Three Bedroom: King in master, queen in second, twins in third bedroom, queen murphy bed in the living area. Two Bathrooms. Maximum occupancy 8.

Three Bedroom - Special Needs: King in master, queen in second, twins in third bedroom, queen murphy bed in the living area. Grab bars, roll under sink, roll-in Shower.Unit on the ground floor.Maximum occupancy 8.

Penthouse - Three Bedroom: King in Master, King in second bedroom and twin beds in the third bedroom. Unit has hot tubspa on deck. Maximum occupancy 6.

Penthouse - Three Bedroom - Special Needs: King in master, king in second, twins in third bedroom. Spa on deck, grab bars, roll under sink, roll-in Shower. Maximum occupancy 6.

Presidential - Three Bedroom: 2 master suites both with King beds and whirlpools in the bathrooms. Twins in third bedroom and a hot tubspa on deck. Maximum occupancy 6.

Presidential - Three Bedroom - Special Needs: 2 master suites both with King beds and whirlpools in the bathrooms. Twins in third bedroom and a spa on deck. Grab bars, roll under sink, roll-in Shower. Maximum occupancy 6.

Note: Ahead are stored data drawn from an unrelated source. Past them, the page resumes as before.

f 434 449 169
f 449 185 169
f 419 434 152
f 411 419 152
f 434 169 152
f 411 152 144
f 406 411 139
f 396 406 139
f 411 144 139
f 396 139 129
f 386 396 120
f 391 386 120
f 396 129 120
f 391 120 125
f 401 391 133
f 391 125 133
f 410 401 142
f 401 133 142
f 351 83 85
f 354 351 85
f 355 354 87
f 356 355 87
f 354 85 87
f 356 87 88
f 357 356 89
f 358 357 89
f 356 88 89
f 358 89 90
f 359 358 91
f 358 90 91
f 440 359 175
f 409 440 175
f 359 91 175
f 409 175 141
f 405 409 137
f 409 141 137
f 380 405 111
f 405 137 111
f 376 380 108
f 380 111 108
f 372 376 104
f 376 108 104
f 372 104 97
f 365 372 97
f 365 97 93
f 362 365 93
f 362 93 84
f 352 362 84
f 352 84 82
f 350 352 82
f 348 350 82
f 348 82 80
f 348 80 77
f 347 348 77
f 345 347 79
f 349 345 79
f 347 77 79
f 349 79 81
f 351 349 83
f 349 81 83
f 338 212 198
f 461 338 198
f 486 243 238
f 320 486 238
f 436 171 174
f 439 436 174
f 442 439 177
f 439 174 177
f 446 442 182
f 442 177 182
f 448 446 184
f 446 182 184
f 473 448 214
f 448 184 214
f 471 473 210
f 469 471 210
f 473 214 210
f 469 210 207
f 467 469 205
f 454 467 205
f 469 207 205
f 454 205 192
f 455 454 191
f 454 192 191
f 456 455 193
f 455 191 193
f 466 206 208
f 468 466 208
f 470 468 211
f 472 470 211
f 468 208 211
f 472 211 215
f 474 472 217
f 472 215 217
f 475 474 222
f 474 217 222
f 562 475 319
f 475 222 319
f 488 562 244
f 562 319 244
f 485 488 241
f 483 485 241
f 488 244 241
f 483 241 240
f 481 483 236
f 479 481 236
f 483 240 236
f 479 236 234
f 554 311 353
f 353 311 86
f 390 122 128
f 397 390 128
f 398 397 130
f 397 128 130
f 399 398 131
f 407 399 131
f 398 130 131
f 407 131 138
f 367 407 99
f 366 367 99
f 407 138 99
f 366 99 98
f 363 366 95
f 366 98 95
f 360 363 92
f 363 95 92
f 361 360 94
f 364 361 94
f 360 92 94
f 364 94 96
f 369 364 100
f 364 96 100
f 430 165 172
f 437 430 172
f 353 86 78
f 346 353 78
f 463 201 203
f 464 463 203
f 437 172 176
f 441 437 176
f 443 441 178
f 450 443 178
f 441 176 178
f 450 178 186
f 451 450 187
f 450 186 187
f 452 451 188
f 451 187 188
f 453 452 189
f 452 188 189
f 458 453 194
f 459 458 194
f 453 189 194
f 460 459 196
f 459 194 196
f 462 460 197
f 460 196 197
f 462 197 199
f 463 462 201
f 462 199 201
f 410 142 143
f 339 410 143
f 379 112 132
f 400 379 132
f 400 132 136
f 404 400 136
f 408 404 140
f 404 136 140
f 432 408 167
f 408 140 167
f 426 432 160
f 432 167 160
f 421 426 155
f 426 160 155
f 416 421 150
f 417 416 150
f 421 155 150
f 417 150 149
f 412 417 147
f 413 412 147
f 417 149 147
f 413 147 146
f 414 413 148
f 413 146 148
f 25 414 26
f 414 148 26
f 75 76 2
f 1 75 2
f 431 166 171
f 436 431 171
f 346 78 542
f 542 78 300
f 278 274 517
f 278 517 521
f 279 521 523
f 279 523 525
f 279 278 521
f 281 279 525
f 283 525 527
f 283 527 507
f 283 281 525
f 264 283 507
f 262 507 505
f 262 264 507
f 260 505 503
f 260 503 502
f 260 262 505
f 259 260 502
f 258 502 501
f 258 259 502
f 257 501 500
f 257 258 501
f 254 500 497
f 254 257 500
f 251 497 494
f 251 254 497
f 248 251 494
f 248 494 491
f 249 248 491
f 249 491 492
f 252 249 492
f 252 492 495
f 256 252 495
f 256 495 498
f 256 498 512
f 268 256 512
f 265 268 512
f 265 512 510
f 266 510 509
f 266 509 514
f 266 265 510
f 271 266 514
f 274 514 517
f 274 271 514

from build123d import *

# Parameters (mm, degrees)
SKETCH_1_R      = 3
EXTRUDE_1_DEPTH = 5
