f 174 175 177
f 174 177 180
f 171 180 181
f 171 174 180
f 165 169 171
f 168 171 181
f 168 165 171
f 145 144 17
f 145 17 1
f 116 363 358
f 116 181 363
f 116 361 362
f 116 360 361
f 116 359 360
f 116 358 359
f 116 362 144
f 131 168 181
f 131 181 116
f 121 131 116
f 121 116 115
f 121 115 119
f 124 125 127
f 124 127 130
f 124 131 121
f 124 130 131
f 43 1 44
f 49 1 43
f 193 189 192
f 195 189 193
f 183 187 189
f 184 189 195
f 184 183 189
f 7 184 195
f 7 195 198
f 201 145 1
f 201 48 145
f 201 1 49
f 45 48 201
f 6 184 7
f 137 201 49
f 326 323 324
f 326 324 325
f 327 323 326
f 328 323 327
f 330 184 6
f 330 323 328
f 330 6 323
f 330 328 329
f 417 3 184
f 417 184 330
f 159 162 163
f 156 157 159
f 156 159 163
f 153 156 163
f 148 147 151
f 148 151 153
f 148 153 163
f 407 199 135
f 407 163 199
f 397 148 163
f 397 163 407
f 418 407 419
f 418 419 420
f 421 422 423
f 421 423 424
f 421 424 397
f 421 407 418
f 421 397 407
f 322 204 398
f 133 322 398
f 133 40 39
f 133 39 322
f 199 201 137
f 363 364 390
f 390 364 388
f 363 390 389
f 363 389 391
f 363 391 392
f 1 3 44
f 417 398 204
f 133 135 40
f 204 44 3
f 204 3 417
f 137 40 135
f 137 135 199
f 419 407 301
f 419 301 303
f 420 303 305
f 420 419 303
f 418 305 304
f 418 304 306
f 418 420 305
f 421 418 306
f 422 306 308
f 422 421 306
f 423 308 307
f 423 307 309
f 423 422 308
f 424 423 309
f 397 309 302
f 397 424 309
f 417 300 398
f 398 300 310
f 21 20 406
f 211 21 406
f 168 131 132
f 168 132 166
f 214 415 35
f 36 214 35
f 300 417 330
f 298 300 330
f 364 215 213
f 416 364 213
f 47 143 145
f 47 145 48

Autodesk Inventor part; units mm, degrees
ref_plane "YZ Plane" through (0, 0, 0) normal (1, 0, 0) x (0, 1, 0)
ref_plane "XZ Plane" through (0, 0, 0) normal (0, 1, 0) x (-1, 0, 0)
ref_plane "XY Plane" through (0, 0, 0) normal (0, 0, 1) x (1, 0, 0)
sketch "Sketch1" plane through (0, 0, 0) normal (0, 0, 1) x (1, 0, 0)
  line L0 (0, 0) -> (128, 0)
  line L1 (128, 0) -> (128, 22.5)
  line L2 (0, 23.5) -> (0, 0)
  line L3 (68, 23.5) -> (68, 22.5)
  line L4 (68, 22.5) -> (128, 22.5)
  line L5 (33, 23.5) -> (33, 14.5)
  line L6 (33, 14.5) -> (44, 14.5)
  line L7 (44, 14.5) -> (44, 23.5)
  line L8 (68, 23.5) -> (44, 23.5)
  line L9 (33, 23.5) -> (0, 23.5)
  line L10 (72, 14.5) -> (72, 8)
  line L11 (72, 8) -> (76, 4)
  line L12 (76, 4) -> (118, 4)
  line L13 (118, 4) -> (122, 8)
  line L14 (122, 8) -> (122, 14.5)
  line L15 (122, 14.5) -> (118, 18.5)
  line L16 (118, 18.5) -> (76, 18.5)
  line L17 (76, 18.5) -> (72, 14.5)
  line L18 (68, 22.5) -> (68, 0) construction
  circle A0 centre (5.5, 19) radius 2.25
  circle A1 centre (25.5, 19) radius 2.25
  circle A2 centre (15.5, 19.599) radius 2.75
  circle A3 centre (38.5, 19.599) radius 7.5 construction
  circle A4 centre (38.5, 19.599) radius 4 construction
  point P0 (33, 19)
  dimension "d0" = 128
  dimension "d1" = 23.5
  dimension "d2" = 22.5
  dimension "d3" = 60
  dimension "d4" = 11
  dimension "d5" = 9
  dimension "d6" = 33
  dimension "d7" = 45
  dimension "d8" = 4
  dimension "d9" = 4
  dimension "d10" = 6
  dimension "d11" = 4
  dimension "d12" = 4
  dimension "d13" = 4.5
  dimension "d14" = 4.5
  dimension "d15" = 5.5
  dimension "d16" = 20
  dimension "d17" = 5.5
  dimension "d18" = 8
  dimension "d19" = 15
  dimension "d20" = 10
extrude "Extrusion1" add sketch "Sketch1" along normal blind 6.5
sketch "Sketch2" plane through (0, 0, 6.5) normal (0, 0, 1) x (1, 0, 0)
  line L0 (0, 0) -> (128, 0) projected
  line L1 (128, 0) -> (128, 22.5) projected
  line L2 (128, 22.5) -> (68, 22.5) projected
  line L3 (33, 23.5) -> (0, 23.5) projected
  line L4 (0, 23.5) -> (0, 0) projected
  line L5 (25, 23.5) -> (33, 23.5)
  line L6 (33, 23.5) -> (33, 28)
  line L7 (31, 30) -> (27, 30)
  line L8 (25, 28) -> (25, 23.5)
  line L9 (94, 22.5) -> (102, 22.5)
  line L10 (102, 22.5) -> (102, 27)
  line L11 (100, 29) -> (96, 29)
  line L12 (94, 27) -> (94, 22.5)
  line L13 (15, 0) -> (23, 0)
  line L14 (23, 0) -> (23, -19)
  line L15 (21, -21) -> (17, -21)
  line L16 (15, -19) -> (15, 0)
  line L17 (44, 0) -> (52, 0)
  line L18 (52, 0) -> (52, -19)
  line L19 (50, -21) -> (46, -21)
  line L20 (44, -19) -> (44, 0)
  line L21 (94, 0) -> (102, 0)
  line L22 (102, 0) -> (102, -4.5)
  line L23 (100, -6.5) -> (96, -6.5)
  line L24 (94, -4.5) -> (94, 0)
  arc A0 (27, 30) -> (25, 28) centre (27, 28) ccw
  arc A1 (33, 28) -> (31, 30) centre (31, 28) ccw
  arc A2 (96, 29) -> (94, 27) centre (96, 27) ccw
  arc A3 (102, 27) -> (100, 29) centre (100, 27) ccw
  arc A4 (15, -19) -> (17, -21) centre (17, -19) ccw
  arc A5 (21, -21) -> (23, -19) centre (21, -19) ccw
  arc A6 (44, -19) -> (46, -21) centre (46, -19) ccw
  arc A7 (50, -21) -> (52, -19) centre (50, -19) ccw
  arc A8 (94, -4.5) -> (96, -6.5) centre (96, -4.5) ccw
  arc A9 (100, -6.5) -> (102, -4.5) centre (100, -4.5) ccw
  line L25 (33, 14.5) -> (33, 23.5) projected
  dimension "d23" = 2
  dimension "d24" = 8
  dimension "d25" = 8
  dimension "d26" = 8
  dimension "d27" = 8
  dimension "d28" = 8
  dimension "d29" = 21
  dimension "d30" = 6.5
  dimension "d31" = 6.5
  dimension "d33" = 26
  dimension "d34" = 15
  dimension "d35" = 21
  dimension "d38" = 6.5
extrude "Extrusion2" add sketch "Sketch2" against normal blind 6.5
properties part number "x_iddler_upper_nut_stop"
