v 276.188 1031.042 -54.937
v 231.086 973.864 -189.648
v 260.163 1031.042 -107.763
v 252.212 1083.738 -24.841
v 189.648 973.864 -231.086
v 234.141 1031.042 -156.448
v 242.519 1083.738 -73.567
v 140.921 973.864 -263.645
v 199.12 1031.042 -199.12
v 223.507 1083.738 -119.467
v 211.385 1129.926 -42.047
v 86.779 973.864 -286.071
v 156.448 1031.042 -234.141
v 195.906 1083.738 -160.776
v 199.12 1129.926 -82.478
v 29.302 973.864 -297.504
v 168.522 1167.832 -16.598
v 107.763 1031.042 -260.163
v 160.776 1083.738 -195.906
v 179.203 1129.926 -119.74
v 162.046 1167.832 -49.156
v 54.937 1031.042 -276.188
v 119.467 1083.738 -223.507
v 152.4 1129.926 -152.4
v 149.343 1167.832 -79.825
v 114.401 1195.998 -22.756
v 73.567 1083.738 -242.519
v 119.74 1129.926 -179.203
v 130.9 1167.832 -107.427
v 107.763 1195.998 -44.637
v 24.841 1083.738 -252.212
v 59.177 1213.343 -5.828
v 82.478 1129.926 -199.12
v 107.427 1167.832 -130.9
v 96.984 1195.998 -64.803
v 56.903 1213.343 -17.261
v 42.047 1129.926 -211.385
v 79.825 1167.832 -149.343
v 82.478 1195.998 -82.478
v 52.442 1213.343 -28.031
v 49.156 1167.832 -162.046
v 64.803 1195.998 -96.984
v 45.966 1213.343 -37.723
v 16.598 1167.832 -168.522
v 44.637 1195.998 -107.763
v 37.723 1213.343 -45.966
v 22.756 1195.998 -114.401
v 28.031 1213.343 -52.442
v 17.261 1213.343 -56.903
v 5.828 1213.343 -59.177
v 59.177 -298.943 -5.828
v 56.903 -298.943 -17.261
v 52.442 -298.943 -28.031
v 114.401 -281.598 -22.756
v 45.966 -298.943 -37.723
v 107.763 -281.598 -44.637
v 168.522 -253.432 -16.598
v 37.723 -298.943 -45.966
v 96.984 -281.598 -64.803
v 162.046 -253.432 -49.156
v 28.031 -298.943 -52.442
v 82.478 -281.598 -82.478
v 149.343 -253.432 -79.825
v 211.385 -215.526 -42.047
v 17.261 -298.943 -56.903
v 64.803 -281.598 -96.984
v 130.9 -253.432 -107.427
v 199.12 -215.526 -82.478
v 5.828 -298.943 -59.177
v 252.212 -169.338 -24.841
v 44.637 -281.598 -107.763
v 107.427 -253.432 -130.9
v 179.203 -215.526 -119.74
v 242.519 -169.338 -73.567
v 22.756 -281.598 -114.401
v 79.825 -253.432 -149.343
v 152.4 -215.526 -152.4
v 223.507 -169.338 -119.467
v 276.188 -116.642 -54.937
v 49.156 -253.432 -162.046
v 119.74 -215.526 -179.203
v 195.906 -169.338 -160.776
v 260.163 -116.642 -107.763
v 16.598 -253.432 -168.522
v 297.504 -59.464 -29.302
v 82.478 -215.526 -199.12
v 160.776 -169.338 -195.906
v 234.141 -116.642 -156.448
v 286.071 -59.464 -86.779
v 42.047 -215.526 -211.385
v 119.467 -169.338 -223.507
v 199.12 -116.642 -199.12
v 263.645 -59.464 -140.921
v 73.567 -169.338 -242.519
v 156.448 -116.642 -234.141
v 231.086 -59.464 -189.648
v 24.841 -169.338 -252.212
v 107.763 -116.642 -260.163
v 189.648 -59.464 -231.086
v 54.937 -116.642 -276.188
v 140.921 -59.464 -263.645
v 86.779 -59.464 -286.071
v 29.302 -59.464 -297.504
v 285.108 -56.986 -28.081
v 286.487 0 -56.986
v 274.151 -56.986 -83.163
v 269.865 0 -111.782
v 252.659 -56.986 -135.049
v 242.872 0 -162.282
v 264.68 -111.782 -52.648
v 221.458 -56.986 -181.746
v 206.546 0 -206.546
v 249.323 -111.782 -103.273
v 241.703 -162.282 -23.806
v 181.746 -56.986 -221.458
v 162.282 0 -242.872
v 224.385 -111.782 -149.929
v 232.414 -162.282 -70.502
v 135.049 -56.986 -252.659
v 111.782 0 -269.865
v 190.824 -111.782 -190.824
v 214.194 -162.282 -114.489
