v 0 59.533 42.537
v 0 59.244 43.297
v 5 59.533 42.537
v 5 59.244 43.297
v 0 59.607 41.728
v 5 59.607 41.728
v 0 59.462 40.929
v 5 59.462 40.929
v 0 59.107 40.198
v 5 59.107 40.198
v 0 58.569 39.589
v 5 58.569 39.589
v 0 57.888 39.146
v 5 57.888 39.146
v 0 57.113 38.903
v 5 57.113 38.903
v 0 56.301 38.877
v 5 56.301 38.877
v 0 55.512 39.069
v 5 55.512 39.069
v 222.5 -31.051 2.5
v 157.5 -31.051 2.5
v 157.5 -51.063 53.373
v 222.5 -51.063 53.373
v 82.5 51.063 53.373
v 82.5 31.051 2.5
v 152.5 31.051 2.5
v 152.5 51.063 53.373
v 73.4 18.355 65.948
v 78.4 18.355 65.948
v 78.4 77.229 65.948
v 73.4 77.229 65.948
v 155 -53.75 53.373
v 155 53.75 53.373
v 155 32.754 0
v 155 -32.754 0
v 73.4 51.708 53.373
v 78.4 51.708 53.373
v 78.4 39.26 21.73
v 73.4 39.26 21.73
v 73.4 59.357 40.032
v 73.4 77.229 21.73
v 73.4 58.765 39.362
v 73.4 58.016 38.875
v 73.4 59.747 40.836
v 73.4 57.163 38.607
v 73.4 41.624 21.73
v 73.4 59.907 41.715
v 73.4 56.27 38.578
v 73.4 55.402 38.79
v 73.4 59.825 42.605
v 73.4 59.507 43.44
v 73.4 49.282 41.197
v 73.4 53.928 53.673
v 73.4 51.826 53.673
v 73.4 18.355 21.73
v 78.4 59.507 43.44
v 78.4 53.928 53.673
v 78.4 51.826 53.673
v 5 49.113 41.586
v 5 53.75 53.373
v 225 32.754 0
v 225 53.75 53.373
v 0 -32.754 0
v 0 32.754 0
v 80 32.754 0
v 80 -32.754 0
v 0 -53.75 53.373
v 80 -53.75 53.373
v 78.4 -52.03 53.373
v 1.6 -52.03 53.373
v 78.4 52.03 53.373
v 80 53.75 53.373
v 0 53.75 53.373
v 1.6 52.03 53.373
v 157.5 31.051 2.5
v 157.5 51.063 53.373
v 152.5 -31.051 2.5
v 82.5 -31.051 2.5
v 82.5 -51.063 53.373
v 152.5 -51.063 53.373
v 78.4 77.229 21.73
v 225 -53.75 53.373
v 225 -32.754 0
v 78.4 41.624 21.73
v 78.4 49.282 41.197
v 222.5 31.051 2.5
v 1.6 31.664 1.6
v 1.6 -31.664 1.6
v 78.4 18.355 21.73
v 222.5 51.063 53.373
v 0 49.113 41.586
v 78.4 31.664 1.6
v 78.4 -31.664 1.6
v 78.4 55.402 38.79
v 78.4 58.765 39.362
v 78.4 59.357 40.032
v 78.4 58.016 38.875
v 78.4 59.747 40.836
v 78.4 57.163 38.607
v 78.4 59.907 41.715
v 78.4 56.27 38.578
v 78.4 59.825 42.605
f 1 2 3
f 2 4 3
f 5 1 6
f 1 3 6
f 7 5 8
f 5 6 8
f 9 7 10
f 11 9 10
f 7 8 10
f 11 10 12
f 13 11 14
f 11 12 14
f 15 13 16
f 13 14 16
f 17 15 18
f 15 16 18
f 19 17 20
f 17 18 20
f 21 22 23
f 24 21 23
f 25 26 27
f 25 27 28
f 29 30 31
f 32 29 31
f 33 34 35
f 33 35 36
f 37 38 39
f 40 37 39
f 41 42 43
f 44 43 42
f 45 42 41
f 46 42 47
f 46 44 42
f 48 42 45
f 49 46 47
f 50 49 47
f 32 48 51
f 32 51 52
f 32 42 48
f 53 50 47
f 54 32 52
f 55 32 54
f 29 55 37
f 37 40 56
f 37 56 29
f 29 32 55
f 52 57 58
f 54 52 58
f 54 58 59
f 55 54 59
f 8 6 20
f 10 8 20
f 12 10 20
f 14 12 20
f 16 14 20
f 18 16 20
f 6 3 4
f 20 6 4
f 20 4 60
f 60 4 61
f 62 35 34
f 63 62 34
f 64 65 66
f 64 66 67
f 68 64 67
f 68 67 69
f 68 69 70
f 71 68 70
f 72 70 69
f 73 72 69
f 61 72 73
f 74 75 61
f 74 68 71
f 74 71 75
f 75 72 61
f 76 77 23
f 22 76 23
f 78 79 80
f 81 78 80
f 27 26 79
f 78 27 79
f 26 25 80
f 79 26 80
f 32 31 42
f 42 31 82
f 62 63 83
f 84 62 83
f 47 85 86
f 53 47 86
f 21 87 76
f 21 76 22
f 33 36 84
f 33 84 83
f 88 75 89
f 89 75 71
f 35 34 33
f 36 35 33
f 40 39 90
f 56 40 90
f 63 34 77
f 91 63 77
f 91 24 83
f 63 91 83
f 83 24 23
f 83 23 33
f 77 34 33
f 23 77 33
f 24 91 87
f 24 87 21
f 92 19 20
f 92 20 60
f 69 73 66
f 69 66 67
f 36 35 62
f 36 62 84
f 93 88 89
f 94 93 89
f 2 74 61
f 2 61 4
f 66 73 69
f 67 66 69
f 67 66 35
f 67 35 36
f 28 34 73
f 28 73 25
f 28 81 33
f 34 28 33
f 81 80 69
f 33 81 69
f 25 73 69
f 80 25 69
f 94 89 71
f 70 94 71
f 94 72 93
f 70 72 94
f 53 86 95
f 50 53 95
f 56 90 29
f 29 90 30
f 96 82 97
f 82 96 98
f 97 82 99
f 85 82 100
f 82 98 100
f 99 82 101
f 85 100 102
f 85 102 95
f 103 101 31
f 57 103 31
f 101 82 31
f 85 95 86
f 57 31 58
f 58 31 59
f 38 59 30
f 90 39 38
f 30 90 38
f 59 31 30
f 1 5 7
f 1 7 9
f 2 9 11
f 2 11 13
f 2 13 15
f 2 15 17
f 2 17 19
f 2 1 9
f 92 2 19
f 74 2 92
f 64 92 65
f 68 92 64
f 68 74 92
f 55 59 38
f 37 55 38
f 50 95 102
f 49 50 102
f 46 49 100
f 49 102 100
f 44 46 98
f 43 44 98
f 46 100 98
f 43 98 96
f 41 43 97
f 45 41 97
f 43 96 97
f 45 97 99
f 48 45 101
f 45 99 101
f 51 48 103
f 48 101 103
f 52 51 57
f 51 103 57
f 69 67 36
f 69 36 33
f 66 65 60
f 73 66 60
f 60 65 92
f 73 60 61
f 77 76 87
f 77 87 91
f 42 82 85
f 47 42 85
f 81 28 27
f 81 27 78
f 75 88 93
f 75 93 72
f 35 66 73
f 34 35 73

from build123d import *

# Parameters (mm, degrees)
F1_DEPTH  = 80
F3_T      = -1.6
F4_DEPTH  = 75
F5_DEPTH  = 70
F6_T      = -2.5
F7_T      = -2.5
F9_DEPTH  = 5
F10_R     = 3
F12_DEPTH = 5


with BuildPart() as f1:
    # F0 (on Right) → F1 (new body)
    with BuildSketch(Plane.YZ):
        Polygon((0, 53.3730685711), (0, 0), (32.7537469566, 0), (53.7497512996, 53.3730685711), align=None)
    extrude(amount=F1_DEPTH)

    # F2: F1 across face


with BuildPart() as f1_1:
    add(f1.part)
    add(f1.part.mirror(Plane(origin=(40, 0, 26.6865342855), x_dir=(1, 0, 0), z_dir=(0, -1, 0))))

    # F3
    f3_openings = [f1_1.faces().sort_by_distance(p)[0] for p in [
        (40, 0, 53.373069),
    ]]
    offset(amount=F3_T, openings=f3_openings)


with BuildPart() as f4:
    # F4 (new): a face of the model
    f4_faces = [f1_1.part.faces().sort_by_distance(p)[0] for p in [
        (80, 0, 28.8456399905),
    ]]
    extrude(f4_faces, amount=F4_DEPTH)


with BuildPart() as f5:
    # F5 (new): a face of the model
    f5_faces = [f4.part.faces().sort_by_distance(p)[0] for p in [
        (155, 0, 28.8456399905),
    ]]
    extrude(f5_faces, amount=F5_DEPTH)

    # F7
    f7_openings = [f5.faces().sort_by_distance(p)[0] for p in [
        (190, 0, 53.373069),
    ]]
    offset(amount=F7_T, openings=f7_openings)


with BuildPart() as f4_1:
    add(f4.part)

    # F6
    f6_openings = [f4_1.faces().sort_by_distance(p)[0] for p in [
        (117.5, 0, 53.373069),
    ]]
    offset(amount=F6_T, openings=f6_openings)


with BuildPart() as f1_2:
    add(f1_1.part)

    # F8 (on face) → F9 (join)
    with BuildSketch(Plane(origin=(0, 0, 0), x_dir=(0, -1, 0), z_dir=(-1, 0, 0))):
        Polygon((-49.1129162171, 41.5859631405), (-53.7497512996, 53.3730685711), (-63.1975457742, 36.0453234271), align=None)
    extrude(amount=-F9_DEPTH)

    # F10
    f10_edges = [f1_2.edges().sort_by_distance(p)[0] for p in [
        (2.5, 63.197546, 36.045323),
    ]]
    fillet(f10_edges, radius=F10_R)


with BuildPart() as f12:
    # F11 (on face) → F12 (new body)
    with BuildSketch(Plane(origin=(78.4, 0, 0), x_dir=(0, -1, 0), z_dir=(-1, 0, 0))):
        with BuildLine():
            Line((-51.826039835, 53.6730685711), (-51.7080252357, 53.3730685711))
            Line((-51.7080252357, 53.3730685711), (-18.35501194, 53.3730685711))
            Line((-18.35501194, 53.3730685711), (-18.35501194, 65.9478157759))
            Line((-18.35501194, 65.9478157759), (-77.2292464972, 65.9478157759))
            Line((-77.2292464972, 65.9478157759), (-77.2292464972, 21.7295140028))
            Line((-77.2292464972, 21.7295140028), (-41.6241243857, 21.7295140028))
            Line((-41.6241243857, 21.7295140028), (-49.2822691324, 41.1969649527))
            Line((-49.2822691324, 41.1969649527), (-55.4018303725, 38.7896397265))
            ThreePointArc((-55.4018303725, 38.7896397265), (-59.0838597197, 39.6766703304), (-59.5071949999, 43.4403056271))
            Line((-59.5071949999, 43.4403056271), (-53.9278746441, 53.6730685711))
            Line((-53.9278746441, 53.6730685711), (-51.826039835, 53.6730685711))
        make_face()
        Polygon((-18.35501194, 53.3730685711), (-51.7080252357, 53.3730685711), (-39.2600205222, 21.7295140028), (-18.35501194, 21.7295140028), align=None)
    extrude(amount=F12_DEPTH)


solid = Compound([f5.part, f4_1.part, f1_2.part, f12.part])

Presidential - Four Bedroom: 2 master suites both with King beds an whirlpools in the bathrooms,twins in third and twins in fourth bedroom. Hot tub Spa on deck. Maximum occupancy 8.

Presidential - Four Bedroom - Special Needs: 2 master suites both with King beds an whirlpools in the bathrooms, twins in third and twins in fourth bedroom. Spa on deck. Grab bars, roll under sink, roll-in Shower. Maximum occupancy 8.


----------